30. Les requérants rétorquent que la requête doit être considérée comme ayant été introduite le 12 novembre 2009, date de la première lettre qu’ils ont adressée à la Cour. Ils expliquent que les éléments contenus dans cette lettre remplissaient les conditions prévues à l’époque par le règlement et qu’ils ont ensuite soumis dans le délai fixé par la Cour un formulaire de requête dûment complété.
31. La Cour observe que, dans une lettre envoyée le 12 novembre 2009, les représentants des requérants lui ont adressé des renseignements sur leurs clients ainsi qu’un résumé de l’affaire et un exposé des griefs que les intéressés formulaient contre la Türkiye sur le terrain de la Convention. Les représentants y précisaient qu’ils allaient soumettre un formulaire de requête dans les meilleurs délais. La Cour leur a répondu par une lettre du 1er décembre 2009 à laquelle était jointe une notice explicative. Elle y écrivait notamment ceci :
« Veuillez nous retourner le formulaire de requête complété ainsi que tous les documents pertinents dans un délai de huit semaines à compter de la date de la présente lettre, soit au plus tard le 26 janvier 2010. Si vous ne respectiez pas ce délai, la date considérée comme la date d’introduction de la requête serait celle de la communication du formulaire de requête complété et non celle de votre première communication. »
32. La Cour a reçu le 25 janvier 2010 (date du cachet de la poste) le formulaire en question dûment rempli, et elle a enregistré la requête.
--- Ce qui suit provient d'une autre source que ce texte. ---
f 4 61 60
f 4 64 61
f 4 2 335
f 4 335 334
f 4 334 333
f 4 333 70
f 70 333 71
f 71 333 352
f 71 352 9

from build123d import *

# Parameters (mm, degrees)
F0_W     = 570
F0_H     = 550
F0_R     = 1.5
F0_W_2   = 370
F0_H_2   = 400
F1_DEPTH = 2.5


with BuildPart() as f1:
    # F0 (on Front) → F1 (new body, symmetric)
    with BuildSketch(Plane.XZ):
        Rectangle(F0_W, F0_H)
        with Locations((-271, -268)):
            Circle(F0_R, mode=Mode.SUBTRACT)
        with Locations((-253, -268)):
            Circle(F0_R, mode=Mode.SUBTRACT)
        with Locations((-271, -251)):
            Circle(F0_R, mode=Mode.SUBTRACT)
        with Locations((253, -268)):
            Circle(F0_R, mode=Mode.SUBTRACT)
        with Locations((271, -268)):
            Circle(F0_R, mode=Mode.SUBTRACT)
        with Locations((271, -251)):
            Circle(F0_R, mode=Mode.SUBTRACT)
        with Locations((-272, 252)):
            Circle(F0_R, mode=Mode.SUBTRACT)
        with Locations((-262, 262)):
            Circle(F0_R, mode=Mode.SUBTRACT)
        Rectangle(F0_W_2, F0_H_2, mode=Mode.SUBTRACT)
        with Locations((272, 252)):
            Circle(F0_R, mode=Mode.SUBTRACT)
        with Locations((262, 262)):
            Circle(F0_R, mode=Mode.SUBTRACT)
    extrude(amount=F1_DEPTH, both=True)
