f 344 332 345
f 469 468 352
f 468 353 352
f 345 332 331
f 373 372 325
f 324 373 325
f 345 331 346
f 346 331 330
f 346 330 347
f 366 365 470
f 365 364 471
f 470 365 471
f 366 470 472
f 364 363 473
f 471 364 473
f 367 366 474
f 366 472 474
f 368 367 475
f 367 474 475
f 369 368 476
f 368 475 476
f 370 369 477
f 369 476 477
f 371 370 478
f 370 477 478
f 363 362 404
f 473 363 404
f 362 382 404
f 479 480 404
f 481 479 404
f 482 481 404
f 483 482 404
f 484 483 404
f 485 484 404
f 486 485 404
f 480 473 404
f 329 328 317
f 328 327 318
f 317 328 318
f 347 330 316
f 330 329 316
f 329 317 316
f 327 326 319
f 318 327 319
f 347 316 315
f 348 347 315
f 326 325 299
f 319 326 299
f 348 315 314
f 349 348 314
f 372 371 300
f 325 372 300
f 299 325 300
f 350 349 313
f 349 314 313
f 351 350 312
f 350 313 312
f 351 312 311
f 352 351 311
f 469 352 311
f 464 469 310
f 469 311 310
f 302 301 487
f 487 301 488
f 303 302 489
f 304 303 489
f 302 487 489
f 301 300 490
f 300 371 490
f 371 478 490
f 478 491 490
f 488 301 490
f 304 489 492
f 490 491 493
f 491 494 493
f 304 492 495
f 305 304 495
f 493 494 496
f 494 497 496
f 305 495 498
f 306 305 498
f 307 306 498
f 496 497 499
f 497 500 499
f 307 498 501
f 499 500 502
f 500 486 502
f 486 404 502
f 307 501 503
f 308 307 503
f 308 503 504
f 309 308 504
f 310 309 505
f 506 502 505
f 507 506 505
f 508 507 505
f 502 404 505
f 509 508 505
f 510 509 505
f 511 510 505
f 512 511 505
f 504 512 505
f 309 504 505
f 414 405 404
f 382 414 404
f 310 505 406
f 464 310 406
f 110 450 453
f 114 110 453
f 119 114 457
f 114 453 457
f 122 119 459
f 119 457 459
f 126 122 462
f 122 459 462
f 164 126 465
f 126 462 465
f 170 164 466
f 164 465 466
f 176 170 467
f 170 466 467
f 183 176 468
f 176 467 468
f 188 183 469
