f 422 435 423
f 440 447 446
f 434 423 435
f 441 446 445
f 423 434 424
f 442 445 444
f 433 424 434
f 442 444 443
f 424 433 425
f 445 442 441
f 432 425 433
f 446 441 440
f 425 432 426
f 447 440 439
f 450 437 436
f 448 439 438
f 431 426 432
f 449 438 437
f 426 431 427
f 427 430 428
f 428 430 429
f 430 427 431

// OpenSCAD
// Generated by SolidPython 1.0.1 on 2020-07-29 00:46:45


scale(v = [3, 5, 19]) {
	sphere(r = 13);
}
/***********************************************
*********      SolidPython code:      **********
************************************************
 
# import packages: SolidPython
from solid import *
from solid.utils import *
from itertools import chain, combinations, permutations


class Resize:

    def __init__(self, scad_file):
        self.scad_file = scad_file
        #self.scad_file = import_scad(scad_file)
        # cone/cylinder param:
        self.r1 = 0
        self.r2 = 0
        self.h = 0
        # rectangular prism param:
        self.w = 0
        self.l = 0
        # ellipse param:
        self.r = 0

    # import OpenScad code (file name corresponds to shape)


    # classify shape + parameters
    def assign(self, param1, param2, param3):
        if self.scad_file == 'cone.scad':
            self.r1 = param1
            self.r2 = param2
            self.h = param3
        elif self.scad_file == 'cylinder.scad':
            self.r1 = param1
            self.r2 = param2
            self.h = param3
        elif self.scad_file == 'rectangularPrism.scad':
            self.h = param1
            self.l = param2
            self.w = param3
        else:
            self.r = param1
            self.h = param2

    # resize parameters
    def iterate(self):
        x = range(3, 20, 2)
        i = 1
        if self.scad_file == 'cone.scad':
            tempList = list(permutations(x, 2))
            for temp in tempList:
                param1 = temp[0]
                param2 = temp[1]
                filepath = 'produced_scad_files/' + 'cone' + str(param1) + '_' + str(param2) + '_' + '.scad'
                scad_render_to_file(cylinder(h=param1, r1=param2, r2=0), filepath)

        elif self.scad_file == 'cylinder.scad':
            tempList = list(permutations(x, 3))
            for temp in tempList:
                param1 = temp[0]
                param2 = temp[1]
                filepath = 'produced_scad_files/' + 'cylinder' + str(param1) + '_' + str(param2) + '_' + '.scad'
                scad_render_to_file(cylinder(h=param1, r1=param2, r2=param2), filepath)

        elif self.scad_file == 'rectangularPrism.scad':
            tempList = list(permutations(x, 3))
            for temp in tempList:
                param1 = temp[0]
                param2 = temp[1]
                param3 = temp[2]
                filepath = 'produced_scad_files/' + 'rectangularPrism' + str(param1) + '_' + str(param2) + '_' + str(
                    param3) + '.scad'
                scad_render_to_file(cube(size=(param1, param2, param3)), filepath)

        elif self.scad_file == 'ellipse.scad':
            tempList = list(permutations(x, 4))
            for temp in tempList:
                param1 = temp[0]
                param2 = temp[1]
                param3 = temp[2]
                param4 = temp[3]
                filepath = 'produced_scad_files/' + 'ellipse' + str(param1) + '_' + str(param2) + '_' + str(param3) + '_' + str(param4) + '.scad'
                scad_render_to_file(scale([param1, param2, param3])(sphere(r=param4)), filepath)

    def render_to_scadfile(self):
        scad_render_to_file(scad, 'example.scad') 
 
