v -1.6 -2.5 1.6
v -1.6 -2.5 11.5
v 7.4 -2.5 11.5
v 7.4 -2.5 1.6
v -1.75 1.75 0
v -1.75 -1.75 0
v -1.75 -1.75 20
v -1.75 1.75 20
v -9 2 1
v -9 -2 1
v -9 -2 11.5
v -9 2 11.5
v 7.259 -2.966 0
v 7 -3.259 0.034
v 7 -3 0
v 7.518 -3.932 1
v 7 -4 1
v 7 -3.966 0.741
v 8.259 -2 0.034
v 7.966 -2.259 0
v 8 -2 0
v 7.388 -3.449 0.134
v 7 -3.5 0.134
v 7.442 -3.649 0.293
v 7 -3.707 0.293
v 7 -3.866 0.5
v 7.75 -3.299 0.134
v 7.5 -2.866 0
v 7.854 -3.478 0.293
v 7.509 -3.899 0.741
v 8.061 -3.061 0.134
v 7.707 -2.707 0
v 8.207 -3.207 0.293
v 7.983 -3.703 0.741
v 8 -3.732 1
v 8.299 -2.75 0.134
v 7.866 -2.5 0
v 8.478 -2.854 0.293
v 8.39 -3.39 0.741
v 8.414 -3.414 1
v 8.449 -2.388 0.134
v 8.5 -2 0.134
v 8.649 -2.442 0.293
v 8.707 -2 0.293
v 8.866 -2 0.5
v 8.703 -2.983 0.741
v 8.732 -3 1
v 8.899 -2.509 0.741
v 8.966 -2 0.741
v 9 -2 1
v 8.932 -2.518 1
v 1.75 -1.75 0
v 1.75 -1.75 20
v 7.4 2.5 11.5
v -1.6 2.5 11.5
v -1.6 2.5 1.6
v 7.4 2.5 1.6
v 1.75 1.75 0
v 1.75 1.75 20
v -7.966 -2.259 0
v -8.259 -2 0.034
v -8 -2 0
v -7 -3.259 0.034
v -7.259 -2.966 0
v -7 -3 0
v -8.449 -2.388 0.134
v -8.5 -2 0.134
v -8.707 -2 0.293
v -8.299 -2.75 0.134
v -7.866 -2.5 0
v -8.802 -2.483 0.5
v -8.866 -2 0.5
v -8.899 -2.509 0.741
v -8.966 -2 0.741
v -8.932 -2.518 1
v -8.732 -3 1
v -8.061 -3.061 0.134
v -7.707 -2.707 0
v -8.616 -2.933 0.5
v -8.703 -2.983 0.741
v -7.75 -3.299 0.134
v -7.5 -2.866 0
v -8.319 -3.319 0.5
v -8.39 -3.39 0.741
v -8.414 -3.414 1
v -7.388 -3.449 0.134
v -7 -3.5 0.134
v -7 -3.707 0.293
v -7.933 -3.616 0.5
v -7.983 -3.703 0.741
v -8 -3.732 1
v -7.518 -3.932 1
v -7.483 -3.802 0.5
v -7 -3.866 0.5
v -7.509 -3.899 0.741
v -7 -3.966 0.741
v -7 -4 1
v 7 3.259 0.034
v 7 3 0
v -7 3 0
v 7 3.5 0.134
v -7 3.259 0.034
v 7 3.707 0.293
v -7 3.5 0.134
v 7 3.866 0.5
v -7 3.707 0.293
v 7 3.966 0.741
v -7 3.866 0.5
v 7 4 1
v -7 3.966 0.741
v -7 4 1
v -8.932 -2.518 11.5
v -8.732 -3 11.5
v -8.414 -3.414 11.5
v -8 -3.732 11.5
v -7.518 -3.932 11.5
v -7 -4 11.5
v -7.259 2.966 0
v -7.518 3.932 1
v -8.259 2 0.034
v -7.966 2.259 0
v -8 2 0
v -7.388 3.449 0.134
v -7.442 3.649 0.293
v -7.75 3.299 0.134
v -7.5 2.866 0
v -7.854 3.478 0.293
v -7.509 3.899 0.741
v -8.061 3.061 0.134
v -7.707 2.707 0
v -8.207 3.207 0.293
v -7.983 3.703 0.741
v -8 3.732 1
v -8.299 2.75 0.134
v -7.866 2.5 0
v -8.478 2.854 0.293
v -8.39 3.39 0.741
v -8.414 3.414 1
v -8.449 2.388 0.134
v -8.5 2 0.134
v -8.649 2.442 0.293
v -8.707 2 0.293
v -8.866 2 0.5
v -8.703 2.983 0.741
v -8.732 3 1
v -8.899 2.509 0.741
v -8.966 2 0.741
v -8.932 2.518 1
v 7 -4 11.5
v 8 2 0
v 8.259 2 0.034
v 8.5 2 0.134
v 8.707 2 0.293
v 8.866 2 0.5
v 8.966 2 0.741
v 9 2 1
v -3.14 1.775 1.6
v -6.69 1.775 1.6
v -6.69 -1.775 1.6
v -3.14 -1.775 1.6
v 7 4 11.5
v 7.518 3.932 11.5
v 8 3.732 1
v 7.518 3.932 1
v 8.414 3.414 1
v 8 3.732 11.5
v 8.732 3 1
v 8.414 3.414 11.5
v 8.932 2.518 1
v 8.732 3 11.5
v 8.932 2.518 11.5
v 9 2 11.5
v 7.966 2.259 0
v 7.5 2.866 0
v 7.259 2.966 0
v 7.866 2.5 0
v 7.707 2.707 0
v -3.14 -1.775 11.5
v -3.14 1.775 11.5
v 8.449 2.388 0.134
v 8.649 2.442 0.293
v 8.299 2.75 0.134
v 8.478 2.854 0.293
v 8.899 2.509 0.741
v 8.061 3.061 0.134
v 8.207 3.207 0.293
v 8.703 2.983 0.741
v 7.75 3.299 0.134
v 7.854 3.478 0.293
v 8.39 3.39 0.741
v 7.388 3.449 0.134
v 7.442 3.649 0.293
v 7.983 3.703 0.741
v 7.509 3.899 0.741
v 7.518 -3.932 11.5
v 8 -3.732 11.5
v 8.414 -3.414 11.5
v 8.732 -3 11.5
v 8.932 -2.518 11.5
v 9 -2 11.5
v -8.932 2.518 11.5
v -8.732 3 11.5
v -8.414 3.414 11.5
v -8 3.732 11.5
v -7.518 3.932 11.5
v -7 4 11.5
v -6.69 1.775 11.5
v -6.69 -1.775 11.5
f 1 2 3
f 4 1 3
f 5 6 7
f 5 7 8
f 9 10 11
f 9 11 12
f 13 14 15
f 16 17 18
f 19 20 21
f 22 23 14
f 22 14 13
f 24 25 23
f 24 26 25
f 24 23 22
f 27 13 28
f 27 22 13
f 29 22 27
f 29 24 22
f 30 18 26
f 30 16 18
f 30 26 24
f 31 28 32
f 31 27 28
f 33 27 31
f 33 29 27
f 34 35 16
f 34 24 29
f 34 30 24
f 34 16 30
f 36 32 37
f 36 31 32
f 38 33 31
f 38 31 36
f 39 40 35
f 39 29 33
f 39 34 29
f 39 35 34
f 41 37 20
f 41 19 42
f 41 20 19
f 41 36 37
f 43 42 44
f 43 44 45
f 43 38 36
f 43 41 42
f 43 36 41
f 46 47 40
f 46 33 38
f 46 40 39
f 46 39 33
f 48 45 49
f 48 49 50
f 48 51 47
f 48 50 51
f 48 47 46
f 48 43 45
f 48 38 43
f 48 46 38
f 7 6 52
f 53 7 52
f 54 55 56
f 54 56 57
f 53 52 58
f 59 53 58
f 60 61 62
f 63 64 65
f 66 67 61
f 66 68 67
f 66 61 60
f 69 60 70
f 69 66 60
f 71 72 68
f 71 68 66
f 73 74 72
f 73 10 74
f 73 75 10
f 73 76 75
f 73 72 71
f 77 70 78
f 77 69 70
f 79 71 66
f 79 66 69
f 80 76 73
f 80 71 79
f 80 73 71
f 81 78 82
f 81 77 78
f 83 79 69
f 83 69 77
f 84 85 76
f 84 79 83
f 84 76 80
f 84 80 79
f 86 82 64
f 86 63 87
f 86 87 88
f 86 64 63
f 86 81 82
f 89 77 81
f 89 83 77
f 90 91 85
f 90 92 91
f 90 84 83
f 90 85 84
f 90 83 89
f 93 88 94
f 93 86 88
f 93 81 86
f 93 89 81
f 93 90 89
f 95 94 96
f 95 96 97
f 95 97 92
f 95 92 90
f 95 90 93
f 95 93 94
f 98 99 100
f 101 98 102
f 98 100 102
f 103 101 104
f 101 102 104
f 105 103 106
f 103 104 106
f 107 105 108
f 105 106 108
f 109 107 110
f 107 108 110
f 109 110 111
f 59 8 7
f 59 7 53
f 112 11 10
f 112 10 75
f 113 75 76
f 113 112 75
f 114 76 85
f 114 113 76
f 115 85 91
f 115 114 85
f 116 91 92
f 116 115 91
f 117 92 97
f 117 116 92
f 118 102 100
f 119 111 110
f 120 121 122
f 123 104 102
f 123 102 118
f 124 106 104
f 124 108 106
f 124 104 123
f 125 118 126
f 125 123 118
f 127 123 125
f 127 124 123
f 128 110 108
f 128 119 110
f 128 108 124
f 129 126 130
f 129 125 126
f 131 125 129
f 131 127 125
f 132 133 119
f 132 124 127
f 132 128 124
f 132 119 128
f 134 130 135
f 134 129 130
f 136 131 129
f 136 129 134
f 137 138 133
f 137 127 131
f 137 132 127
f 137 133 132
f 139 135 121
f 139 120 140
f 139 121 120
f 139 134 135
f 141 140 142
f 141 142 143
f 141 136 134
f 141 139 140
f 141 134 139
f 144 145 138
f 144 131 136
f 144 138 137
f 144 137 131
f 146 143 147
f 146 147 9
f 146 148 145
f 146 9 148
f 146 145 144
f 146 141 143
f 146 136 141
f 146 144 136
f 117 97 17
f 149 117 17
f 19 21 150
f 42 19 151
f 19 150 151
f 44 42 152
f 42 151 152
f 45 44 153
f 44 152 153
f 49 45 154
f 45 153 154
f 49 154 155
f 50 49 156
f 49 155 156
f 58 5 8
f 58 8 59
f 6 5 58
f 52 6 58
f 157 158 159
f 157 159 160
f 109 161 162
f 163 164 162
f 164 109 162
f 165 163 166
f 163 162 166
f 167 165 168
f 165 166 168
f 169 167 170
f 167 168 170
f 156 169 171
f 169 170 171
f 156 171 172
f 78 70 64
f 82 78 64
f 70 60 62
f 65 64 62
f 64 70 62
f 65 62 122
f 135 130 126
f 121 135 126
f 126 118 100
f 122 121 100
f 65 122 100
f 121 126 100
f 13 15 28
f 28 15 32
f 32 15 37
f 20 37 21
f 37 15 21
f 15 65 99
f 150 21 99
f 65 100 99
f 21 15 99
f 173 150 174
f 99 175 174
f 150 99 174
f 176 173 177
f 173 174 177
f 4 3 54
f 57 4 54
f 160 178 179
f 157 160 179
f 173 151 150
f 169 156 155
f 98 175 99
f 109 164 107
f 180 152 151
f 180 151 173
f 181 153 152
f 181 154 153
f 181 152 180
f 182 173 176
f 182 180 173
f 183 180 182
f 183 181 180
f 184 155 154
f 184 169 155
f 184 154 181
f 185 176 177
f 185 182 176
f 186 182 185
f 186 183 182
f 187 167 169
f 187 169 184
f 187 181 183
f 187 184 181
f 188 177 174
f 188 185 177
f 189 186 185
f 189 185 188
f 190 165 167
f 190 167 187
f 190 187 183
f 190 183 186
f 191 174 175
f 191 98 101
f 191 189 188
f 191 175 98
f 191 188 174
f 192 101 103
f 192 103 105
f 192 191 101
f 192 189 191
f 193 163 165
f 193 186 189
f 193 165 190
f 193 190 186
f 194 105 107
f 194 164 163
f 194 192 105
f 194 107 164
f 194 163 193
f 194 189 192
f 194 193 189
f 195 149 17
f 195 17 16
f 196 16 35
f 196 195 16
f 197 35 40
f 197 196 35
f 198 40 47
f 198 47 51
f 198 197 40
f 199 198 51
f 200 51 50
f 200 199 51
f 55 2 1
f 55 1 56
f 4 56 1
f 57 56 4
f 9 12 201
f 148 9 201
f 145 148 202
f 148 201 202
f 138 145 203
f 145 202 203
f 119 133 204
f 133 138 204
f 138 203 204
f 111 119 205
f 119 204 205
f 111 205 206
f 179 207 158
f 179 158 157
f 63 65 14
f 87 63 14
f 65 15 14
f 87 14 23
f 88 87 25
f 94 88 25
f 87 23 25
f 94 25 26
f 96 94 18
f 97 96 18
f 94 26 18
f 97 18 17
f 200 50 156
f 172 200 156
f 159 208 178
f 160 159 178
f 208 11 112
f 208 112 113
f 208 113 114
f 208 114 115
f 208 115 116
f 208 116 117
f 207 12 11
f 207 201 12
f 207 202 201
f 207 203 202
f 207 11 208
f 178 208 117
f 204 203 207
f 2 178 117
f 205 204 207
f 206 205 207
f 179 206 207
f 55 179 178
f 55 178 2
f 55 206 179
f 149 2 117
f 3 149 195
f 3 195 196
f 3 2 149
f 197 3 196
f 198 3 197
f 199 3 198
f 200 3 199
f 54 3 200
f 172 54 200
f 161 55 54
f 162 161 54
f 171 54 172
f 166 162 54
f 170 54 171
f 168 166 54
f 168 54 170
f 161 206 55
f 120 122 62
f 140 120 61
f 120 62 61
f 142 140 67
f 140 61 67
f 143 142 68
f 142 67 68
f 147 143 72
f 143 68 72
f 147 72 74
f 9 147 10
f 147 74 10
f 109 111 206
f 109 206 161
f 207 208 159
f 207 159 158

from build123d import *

# Parameters (mm, degrees)
SKETCH_W      = 18
SKETCH_H      = 8
PAD_DEPTH     = 11.5
SKETCH001_W   = 9
SKETCH001_H   = 5
SKETCH001_W_2 = 3.55
SKETCH001_H_2 = 3.55
POCKET_DEPTH  = 9.9
FILLET_R      = 2
FILLET001_R   = 1
SKETCH002_W   = 3.5
SKETCH002_H   = 3.5
PAD001_DEPTH  = 20


with BuildPart() as body:
    # Sketch (on XY_Plane of Origin) → Pad (new body)
    with BuildSketch(Plane.XY):
        Rectangle(SKETCH_W, SKETCH_H)
    extrude(amount=PAD_DEPTH)

    # Sketch001 (on Face6 of Pad) → Pocket (cut)
    with BuildSketch(Plane.XY.offset(11.5)):
        with Locations((2.9, 0)):
            Rectangle(SKETCH001_W, SKETCH001_H)
        with Locations((-4.915, 0)):
            Rectangle(SKETCH001_W_2, SKETCH001_H_2)
    extrude(amount=-POCKET_DEPTH, mode=Mode.SUBTRACT)

    # Fillet
    fillet_edges = [body.edges().sort_by_distance(p)[0] for p in [
        (9, -4, 5.75),
        (9, 4, 5.75),
        (-9, -4, 5.75),
        (-9, 4, 5.75),
    ]]
    fillet(fillet_edges, radius=FILLET_R)

    # Fillet001
    fillet001_edges = [body.edges().sort_by_distance(p)[0] for p in [
        (0, -4, 0),
        (0, 4, 0),
        (9, 0, 0),
        (-9, 0, 0),
    ]]
    fillet(fillet001_edges, radius=FILLET001_R)


with BuildPart() as body001:
    # Sketch002 (on XY_Plane001 of Origin002) → Pad001 (new body)
    with BuildSketch(Plane.XY):
        Rectangle(SKETCH002_W, SKETCH002_H)
    extrude(amount=PAD001_DEPTH)


solid = Compound([body.part, body001.part])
33. La Cour rappelle que, selon sa jurisprudence telle qu’applicable à l’époque considérée, la requête était généralement réputée introduite à la date de la première communication du requérant indiquant son intention de la saisir et exposant, même sommairement, la nature de sa requête (Oliari et autres c. Italie, nos 18766/11 et 36030/11, § 89, 21 juillet 2015, avec les références citées), à la condition qu’un formulaire de requête dûment rempli fût ensuite soumis dans les délais fixés par la Cour (voir, par exemple, Kemevuako c. Pays-Bas (déc.), no 65938/09, §§ 19‑20, 1er juin 2010). La première communication en question, qui pouvait à cette époque prendre la forme d’une lettre envoyée par télécopie, interrompait en principe le cours du délai de six mois (Oliari et autres, précité, § 89).
34. En l’espèce, la première lettre indiquant leur intention de saisir la Cour et l’objet de leur requête a été envoyée par l’un des représentants des requérants le 12 novembre 2009. S’en est suivi l’envoi d’un formulaire de requête dûment complété conformément aux instructions données par le greffe (paragraphe 31 ci-dessus). La date de l’introduction de la requête est donc le 12 novembre 2009. Dès lors, le délai de six mois à compter de la date de la décision interne définitive ayant été respecté, la Cour rejette l’exception de tardiveté soulevée par le Gouvernement.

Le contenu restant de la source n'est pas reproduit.